For the first time in exactly 10 years, Wall Street dealmakers will fall short of facilitating at least $3 trillion worth of mergers and acquisitions, according to a recent Bloomberg analysis, completing roughly just $2.7 trillion of transactions instead. Deal flow, in other words, has slowed to a trickle.

Dealer Busts

A constant churn of geopolitical crises ( Ukraine, Israel’s war on Hamas, etc.) has placed markets on uneasy ground. And, unlike the early pandemic years in which dealmaking soared to record highs because of the default mantra that striking deals during a downturn tends to deliver solid results, high-interest rates placed roadblocks on securing oft-needed debt financing.

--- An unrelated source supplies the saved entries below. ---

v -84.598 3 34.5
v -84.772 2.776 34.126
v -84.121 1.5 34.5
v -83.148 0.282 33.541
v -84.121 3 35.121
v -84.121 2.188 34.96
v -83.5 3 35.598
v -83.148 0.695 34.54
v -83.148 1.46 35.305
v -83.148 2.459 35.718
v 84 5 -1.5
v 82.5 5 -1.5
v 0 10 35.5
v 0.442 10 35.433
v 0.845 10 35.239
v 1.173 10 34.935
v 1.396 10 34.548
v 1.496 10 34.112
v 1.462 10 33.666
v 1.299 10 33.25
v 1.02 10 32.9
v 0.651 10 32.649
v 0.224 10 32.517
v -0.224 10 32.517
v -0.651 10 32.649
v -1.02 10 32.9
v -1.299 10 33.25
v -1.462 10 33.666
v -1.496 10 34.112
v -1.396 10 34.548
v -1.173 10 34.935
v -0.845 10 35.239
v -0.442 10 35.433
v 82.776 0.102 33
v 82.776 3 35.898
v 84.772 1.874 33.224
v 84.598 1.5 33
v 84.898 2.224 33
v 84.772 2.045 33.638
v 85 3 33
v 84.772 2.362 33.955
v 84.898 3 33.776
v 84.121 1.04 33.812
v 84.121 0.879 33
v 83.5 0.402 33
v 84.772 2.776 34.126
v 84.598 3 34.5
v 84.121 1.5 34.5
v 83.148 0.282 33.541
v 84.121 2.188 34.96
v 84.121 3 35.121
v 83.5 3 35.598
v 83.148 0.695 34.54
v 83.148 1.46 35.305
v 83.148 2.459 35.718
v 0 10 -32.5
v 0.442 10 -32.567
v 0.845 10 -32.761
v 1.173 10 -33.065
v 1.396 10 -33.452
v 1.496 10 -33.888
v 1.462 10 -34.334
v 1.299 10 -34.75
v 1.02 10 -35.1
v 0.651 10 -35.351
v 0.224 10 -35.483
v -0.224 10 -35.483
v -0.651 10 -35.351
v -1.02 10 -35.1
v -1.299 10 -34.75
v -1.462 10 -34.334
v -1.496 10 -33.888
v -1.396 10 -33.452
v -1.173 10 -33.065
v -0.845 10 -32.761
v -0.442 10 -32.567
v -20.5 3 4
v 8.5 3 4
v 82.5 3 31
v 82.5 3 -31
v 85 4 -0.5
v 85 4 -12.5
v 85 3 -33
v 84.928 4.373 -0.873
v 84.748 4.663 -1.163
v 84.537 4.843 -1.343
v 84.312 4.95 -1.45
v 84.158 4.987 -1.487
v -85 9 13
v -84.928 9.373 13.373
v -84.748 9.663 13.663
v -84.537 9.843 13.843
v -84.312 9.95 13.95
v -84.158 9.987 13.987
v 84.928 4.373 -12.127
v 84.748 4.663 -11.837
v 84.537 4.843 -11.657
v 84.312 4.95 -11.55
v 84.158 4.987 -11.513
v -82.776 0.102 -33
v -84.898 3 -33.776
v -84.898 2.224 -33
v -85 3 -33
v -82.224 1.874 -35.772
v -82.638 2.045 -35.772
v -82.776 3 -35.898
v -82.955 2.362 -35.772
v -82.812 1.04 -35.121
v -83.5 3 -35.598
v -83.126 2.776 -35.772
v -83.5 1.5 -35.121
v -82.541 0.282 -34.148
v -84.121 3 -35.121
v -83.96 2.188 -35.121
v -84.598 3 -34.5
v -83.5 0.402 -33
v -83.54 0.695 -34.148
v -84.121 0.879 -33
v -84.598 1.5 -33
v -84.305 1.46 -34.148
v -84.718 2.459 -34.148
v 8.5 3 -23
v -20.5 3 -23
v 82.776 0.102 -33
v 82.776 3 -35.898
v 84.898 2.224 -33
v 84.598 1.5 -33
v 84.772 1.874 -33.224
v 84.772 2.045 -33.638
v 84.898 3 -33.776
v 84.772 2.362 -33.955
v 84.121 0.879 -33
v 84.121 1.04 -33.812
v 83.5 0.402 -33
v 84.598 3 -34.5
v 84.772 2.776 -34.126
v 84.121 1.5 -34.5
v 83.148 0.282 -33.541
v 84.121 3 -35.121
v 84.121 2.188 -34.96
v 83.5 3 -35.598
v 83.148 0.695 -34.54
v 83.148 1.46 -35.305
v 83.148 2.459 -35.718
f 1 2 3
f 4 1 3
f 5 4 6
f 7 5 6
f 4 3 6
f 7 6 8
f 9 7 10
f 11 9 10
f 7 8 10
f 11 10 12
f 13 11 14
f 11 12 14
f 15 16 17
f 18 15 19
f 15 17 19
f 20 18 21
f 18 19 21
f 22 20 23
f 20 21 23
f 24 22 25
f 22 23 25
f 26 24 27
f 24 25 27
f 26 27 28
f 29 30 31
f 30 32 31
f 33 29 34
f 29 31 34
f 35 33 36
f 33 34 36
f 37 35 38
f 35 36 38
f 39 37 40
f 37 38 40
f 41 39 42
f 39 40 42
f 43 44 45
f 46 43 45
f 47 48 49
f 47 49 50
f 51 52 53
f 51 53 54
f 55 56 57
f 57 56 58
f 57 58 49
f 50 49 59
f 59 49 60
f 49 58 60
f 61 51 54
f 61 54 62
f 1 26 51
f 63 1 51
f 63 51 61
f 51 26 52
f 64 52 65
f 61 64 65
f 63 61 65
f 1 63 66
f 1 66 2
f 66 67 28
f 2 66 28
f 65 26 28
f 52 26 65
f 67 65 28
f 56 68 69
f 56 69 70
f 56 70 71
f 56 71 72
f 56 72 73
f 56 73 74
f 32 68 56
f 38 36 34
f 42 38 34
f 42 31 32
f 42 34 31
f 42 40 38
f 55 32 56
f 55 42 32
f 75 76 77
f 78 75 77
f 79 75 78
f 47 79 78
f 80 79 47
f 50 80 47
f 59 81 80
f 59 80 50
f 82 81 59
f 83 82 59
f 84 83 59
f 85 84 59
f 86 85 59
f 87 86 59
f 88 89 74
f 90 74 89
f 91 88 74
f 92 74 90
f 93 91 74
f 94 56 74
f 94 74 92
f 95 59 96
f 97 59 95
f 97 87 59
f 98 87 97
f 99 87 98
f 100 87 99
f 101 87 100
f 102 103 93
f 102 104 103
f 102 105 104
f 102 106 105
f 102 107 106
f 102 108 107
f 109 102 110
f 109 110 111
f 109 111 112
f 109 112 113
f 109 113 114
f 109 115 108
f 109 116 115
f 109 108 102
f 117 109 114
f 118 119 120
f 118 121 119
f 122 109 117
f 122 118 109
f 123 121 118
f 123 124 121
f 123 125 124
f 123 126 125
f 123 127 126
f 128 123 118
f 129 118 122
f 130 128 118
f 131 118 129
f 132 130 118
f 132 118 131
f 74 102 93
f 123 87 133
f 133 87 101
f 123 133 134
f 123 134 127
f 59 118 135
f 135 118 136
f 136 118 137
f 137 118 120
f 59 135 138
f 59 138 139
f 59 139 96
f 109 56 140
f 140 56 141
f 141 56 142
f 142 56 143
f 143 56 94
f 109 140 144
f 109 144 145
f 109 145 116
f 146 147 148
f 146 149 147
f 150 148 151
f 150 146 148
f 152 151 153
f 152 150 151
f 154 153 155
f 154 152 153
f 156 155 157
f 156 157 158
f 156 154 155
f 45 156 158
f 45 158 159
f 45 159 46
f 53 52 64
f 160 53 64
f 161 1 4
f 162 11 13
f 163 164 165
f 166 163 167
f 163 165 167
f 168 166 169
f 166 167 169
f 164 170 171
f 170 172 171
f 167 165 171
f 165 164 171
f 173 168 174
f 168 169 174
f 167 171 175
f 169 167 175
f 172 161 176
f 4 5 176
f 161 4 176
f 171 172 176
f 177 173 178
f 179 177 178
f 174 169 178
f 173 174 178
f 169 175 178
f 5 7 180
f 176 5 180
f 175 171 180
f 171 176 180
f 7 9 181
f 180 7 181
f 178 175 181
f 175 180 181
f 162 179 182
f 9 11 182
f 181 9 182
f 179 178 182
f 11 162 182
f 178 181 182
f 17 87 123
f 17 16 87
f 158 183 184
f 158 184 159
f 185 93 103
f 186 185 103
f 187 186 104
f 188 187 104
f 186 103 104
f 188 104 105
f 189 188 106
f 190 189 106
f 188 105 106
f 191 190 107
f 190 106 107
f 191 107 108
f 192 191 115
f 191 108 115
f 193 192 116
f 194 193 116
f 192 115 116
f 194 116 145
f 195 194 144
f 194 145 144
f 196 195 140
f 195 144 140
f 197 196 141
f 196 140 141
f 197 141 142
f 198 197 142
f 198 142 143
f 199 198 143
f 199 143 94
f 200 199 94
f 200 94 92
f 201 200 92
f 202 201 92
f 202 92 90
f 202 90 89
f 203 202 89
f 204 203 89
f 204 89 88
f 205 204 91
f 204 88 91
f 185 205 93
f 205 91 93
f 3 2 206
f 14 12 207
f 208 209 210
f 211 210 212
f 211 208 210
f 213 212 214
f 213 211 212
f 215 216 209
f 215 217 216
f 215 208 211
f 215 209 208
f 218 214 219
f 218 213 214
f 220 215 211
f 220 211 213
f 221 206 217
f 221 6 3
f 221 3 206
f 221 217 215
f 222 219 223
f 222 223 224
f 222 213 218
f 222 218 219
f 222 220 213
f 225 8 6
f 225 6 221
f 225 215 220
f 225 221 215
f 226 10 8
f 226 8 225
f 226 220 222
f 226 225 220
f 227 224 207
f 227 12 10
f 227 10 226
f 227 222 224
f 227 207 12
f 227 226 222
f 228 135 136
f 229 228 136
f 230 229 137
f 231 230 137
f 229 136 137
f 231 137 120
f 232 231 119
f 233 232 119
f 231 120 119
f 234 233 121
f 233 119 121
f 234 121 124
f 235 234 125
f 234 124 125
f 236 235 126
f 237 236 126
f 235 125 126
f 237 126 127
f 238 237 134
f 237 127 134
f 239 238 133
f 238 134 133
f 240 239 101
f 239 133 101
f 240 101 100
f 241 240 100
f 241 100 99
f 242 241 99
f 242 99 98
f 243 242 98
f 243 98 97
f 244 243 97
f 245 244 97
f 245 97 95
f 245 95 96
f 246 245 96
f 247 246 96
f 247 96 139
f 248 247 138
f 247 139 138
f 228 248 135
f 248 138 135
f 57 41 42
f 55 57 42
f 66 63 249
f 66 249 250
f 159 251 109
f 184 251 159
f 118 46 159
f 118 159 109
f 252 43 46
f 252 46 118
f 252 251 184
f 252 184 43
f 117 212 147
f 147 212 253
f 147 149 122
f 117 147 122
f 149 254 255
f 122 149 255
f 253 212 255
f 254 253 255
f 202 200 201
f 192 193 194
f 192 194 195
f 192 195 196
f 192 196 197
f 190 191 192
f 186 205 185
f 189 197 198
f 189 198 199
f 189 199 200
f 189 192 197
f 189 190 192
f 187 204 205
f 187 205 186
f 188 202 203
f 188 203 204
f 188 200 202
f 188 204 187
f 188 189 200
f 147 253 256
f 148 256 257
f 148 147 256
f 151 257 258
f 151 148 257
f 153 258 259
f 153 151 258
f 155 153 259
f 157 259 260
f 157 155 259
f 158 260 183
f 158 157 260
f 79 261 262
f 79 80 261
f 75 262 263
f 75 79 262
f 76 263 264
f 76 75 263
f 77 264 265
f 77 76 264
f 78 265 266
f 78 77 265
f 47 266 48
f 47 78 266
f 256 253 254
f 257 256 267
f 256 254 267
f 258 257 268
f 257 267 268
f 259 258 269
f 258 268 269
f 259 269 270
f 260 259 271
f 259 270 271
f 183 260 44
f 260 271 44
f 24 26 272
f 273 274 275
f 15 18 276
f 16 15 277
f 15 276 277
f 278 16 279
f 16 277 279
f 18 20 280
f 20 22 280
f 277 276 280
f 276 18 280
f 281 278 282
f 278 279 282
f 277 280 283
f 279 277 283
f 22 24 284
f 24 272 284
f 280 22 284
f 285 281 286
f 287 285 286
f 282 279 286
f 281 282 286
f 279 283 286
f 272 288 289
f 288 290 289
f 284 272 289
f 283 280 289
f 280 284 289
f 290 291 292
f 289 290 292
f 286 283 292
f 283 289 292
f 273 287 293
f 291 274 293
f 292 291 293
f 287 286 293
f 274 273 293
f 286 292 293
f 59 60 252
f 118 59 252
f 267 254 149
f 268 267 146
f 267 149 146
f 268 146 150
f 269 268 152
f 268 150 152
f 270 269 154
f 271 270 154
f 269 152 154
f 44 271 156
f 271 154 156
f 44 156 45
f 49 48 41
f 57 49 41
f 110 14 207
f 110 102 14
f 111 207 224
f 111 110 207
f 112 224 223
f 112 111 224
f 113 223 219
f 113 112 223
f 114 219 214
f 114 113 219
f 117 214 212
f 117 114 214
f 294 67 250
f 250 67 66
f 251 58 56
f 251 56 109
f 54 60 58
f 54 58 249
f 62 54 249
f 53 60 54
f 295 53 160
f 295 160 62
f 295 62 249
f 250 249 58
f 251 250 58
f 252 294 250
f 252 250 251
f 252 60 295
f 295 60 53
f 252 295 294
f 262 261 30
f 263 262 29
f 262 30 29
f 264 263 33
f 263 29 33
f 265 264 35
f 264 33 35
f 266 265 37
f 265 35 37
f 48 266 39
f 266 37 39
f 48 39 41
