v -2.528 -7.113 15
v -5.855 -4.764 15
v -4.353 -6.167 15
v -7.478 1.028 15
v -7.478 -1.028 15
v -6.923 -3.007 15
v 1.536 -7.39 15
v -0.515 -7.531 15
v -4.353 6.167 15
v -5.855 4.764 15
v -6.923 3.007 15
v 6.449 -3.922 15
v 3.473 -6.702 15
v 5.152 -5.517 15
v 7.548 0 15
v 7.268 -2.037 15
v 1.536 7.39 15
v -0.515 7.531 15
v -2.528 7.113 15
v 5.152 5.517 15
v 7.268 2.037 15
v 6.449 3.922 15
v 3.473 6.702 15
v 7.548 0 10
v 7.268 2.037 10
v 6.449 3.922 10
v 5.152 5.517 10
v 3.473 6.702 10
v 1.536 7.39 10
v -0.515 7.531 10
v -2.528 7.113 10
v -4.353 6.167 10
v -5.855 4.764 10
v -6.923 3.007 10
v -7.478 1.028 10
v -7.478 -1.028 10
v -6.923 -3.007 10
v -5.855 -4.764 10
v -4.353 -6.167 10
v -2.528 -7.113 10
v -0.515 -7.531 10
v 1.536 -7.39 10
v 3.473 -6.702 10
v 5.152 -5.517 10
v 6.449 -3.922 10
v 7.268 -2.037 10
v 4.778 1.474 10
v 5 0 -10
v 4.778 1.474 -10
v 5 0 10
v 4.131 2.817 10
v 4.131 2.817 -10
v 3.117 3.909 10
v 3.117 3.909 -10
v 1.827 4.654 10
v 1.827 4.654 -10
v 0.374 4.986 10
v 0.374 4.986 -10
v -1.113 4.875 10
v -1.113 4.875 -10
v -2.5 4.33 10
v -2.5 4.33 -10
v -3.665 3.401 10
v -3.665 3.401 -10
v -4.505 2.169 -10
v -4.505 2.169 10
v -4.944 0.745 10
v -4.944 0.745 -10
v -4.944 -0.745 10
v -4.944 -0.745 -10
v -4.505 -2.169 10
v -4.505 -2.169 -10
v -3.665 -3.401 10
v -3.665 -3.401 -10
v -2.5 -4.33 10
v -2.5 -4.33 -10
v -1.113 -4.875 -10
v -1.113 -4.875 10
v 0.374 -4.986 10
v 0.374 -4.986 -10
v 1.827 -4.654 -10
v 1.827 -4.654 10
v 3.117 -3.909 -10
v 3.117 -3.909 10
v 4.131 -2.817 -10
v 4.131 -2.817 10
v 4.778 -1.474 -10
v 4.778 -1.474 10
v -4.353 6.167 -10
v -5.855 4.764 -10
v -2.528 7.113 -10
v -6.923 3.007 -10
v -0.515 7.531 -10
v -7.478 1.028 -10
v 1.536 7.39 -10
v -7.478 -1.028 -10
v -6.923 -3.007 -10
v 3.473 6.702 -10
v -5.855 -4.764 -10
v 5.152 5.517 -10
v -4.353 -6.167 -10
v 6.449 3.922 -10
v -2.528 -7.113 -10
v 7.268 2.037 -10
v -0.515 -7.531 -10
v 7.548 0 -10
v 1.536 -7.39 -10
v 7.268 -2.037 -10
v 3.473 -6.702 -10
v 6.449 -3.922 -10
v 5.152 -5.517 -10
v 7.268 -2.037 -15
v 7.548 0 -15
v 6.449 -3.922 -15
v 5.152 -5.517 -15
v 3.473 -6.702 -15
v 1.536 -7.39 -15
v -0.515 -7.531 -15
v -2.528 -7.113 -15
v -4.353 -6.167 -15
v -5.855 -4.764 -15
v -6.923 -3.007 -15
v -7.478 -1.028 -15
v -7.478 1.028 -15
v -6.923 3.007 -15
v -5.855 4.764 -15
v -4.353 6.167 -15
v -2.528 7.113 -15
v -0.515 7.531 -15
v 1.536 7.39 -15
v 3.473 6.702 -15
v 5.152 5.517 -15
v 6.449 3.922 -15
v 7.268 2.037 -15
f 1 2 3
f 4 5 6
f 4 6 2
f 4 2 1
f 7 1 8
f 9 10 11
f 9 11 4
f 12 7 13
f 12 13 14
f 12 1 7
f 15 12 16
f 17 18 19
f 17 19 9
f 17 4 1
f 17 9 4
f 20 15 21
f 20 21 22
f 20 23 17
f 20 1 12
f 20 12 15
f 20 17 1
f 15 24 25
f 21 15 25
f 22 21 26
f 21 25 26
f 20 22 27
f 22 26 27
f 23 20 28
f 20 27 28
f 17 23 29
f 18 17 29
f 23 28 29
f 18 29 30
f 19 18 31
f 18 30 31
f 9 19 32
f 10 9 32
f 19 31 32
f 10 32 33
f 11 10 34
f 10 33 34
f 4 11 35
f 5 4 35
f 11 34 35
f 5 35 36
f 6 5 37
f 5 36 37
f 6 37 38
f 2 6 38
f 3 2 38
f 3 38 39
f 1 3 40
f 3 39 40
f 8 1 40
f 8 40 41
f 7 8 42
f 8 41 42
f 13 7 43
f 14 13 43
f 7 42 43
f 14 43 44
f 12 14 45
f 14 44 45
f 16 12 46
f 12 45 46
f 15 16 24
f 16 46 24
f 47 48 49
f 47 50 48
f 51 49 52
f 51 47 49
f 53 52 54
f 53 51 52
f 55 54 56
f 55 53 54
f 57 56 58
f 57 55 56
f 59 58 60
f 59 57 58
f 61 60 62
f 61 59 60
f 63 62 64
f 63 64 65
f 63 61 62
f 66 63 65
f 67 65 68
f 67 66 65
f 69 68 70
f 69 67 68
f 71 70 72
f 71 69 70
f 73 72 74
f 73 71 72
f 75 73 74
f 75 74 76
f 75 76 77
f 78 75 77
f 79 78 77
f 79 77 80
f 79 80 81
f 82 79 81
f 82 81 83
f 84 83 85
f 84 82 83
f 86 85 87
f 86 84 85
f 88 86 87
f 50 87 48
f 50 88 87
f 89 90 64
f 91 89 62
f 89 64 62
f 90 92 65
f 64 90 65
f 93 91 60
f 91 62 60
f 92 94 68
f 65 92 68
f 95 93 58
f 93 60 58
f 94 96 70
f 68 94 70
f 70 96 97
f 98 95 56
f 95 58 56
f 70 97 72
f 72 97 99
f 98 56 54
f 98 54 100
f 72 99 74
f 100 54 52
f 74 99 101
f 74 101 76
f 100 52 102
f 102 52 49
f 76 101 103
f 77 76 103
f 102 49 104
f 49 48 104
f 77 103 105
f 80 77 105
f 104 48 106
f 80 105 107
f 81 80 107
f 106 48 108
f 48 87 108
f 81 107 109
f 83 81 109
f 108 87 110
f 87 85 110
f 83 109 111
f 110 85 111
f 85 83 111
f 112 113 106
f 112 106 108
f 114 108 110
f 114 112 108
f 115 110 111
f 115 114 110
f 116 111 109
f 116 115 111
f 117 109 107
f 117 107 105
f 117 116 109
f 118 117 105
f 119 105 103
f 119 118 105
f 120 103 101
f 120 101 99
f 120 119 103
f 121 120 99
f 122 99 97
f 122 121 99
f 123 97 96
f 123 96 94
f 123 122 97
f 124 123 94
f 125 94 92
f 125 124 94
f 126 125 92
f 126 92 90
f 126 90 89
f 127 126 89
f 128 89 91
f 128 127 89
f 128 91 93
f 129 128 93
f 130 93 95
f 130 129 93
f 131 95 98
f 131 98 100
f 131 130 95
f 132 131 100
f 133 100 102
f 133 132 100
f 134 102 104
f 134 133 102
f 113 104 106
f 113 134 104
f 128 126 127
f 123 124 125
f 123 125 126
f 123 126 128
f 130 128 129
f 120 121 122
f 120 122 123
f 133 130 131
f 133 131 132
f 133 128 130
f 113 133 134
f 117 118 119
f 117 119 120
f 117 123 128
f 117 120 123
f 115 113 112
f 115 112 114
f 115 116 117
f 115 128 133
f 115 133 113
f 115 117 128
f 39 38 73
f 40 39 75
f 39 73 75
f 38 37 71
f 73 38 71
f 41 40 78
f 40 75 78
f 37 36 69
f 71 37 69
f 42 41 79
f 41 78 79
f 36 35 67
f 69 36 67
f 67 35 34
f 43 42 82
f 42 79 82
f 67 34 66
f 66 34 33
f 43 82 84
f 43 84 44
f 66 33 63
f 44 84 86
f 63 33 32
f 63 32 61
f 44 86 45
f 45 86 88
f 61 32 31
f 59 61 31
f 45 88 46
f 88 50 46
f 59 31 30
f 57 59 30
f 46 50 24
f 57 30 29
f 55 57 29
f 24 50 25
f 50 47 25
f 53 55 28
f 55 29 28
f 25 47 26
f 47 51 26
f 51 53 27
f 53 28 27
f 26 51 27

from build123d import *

# Parameters (mm, degrees)
SKETCH2_R           = 5
BOSS_EXTRUDE1_DEPTH = 10
SKETCH3_R           = 7.548336158
BOSS_EXTRUDE2_DEPTH = 5
BOSS_EXTRUDE3_START = 5
SKETCH4_R           = 7.548336158
BOSS_EXTRUDE3_DEPTH = 5


with BuildPart() as part:
    # Sketch2 → Boss-Extrude1 (new, symmetric)
    with BuildSketch(Plane.XY):
        Circle(SKETCH2_R)
    extrude(amount=BOSS_EXTRUDE1_DEPTH, both=True)

    # Sketch3 → Boss-Extrude2 (add)
    with BuildSketch(Plane.XY.offset(10)):
        Circle(SKETCH3_R)
    extrude(amount=BOSS_EXTRUDE2_DEPTH)

    # Sketch4 → Boss-Extrude3 (add)
    with BuildSketch(Plane(origin=(0, 0, -10), x_dir=(-1, 0, 0), z_dir=(0, 0, -1)).offset(BOSS_EXTRUDE3_START)):
        with Locations(Location((0, 0, 0), (0, 0, 180))):
            Circle(SKETCH4_R)
    extrude(amount=-BOSS_EXTRUDE3_DEPTH)


solid = part.part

Despite the completion of one of the biggest acquisitions in tech industry history — Microsoft’s roughly $70 billion purchase of marquee video game maker Activision/Blizzard — dealmakers still came up a day late and some $300 billion short of their usual mark. Still, a late-season flurry of major deals came close to making up for the shortfall:

  • Flush with cash from the massive post-pandemic surge in oil demand, energy firms went on a shopping spree in Q4, headlined by Chevron’s $53 billion purchase of Hess and Exxon’s $60 billion purchase of Pioneer Natural Resources. The two deals mark the year’s biggest, since Microsoft technically initiated its Activision acquisition in 2022.
  • Like energy firms, many healthcare and biotech giants still own a pandemic-era war chest, and the sector spent the year putting some of that money into M&A. Pfizer acquired cancer-treatment player Seagan for $43 billion this spring; Roche, meanwhile, dropped over $3 billion earlier this month for promising weight-loss drug developer Carmot Therapeutics and spent $7 billion in October for Talavant.

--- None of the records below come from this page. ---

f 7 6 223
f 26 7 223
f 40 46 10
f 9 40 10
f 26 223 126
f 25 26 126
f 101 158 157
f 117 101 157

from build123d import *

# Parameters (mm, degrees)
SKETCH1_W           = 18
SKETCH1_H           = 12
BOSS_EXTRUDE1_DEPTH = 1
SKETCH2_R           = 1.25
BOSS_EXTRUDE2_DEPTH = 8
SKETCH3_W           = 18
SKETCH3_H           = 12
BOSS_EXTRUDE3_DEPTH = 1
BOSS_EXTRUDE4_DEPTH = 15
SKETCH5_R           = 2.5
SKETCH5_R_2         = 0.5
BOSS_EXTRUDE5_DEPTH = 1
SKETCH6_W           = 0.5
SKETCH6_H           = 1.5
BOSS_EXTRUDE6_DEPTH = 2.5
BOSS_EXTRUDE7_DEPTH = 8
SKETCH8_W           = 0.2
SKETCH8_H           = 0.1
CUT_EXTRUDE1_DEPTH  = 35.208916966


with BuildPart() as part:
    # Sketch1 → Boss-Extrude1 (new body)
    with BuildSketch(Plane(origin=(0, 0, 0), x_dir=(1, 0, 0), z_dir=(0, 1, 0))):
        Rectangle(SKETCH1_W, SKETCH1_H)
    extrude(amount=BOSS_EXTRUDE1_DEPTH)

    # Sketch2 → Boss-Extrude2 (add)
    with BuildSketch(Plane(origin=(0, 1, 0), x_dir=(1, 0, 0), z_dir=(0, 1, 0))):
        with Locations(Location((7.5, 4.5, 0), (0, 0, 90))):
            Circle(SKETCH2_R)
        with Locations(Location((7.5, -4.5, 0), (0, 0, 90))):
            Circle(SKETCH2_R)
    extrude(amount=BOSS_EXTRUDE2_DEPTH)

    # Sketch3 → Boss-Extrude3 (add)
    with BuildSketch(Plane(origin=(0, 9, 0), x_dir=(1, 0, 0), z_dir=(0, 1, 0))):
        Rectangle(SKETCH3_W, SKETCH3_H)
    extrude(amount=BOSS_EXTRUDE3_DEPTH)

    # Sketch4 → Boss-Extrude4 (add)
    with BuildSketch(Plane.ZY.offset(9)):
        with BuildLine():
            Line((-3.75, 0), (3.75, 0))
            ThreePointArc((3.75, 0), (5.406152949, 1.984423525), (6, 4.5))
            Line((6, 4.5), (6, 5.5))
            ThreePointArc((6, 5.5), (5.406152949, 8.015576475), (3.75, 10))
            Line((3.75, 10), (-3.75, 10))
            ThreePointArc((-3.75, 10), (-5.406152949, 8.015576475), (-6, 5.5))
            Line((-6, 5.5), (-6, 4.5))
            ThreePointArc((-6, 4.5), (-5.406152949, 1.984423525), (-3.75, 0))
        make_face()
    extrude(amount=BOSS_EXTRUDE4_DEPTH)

End of an Era? Sadly, the uptick may not last long. Earlier this month, the Department of Justice and the Federal Trade Commission dropped new guidelines for M&A cases, doubling down on existing law to create a far more scrutinous environment. Biotech giant Illumina dropped its attempted acquisition of cancer-treatment maker Grail following an FTC challenge, and Adobe just trashed its planned $20 billion acquisition of upstart competitor Figma, citing regulatory probes. In other words, major mergers may soon become… an acquired taste.